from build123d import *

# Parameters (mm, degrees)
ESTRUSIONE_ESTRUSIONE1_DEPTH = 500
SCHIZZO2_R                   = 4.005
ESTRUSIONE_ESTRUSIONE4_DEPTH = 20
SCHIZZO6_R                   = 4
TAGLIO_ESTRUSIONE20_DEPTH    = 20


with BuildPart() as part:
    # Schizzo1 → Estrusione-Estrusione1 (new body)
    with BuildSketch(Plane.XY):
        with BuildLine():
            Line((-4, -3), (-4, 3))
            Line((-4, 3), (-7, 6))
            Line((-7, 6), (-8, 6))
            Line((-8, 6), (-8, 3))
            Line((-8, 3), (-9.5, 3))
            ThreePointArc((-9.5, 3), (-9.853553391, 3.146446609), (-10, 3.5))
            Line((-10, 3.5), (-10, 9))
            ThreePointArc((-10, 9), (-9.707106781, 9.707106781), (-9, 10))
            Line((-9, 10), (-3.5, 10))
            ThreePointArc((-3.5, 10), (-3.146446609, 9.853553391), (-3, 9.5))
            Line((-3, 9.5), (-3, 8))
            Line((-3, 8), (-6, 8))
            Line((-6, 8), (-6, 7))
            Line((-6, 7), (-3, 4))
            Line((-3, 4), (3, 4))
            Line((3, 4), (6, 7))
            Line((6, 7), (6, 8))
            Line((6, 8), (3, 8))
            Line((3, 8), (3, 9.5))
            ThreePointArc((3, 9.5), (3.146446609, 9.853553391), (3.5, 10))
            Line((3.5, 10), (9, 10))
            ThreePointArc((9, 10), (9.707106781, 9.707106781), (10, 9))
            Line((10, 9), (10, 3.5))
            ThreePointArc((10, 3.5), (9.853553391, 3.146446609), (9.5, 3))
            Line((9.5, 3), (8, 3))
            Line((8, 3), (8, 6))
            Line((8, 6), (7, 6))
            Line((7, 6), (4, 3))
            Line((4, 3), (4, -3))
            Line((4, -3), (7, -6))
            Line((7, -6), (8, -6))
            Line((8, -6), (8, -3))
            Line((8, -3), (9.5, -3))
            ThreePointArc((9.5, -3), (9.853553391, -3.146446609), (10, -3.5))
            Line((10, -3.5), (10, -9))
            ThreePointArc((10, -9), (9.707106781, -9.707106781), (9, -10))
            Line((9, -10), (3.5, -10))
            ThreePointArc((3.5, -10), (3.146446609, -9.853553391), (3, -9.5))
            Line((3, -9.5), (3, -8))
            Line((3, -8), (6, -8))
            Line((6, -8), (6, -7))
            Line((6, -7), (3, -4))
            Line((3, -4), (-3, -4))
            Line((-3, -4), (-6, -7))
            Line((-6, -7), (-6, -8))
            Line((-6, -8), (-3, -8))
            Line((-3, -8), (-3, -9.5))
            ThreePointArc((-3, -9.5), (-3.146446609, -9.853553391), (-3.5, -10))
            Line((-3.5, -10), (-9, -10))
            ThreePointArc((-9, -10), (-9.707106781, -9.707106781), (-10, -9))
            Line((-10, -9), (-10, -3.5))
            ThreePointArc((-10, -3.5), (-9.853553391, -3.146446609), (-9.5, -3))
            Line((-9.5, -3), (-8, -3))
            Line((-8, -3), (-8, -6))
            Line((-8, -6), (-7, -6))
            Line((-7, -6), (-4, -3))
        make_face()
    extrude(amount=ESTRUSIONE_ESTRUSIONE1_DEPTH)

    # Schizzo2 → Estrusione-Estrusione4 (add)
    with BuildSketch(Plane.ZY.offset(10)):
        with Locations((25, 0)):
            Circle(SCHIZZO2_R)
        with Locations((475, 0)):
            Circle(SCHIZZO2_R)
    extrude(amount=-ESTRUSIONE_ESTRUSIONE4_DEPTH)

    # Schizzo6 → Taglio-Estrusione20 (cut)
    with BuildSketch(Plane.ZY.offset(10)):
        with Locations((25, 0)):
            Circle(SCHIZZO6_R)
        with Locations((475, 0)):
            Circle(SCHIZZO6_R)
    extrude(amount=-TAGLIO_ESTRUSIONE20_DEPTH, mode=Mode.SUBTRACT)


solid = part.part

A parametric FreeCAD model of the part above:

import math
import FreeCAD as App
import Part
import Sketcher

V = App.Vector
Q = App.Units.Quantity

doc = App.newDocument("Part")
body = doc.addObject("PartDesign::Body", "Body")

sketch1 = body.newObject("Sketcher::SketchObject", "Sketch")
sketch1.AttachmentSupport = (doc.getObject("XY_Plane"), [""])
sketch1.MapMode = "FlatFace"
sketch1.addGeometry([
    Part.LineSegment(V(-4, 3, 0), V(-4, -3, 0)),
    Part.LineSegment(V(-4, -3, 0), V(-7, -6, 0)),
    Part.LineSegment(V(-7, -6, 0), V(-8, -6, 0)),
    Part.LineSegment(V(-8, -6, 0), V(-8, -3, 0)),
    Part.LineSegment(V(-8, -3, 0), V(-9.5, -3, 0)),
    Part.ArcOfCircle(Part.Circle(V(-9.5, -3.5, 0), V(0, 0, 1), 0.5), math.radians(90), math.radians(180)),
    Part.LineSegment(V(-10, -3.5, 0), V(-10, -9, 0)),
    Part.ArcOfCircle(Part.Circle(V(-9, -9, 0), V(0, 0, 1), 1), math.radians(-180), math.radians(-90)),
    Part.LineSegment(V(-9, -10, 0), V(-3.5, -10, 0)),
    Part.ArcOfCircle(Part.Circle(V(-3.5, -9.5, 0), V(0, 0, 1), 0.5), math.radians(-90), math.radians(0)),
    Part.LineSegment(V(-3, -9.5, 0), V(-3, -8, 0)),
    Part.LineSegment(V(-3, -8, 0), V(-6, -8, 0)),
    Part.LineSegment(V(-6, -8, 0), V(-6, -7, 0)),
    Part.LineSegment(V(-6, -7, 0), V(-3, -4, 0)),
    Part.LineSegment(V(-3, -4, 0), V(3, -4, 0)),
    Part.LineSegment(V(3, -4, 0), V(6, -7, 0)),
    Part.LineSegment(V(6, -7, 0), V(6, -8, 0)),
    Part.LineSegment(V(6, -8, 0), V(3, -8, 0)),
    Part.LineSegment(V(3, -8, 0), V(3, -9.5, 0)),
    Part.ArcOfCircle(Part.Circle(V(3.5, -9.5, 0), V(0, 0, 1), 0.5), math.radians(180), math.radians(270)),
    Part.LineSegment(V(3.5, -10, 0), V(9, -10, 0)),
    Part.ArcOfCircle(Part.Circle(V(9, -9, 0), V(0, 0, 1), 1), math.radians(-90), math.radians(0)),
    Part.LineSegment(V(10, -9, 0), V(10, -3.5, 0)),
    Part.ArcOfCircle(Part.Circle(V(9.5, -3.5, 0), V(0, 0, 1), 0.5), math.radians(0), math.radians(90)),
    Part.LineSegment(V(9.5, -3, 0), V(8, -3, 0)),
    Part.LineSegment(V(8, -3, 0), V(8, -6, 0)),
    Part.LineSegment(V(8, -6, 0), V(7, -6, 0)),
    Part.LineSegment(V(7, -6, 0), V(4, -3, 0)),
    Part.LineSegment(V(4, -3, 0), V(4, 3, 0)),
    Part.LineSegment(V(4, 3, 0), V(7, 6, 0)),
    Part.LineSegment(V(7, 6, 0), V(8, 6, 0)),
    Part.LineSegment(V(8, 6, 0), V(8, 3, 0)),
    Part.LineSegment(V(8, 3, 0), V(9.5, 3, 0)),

####################

From the records above, transcribe exactly the run of lines that opens with the line holding "Line((-7, 6), (-8, 6))" and closes with the line holding "Line((6, 7), (6, 8))", both included.

            Line((-7, 6), (-8, 6))
            Line((-8, 6), (-8, 3))
            Line((-8, 3), (-9.5, 3))
            ThreePointArc((-9.5, 3), (-9.853553391, 3.146446609), (-10, 3.5))
            Line((-10, 3.5), (-10, 9))
            ThreePointArc((-10, 9), (-9.707106781, 9.707106781), (-9, 10))
            Line((-9, 10), (-3.5, 10))
            ThreePointArc((-3.5, 10), (-3.146446609, 9.853553391), (-3, 9.5))
            Line((-3, 9.5), (-3, 8))
            Line((-3, 8), (-6, 8))
            Line((-6, 8), (-6, 7))
            Line((-6, 7), (-3, 4))
            Line((-3, 4), (3, 4))
            Line((3, 4), (6, 7))
            Line((6, 7), (6, 8))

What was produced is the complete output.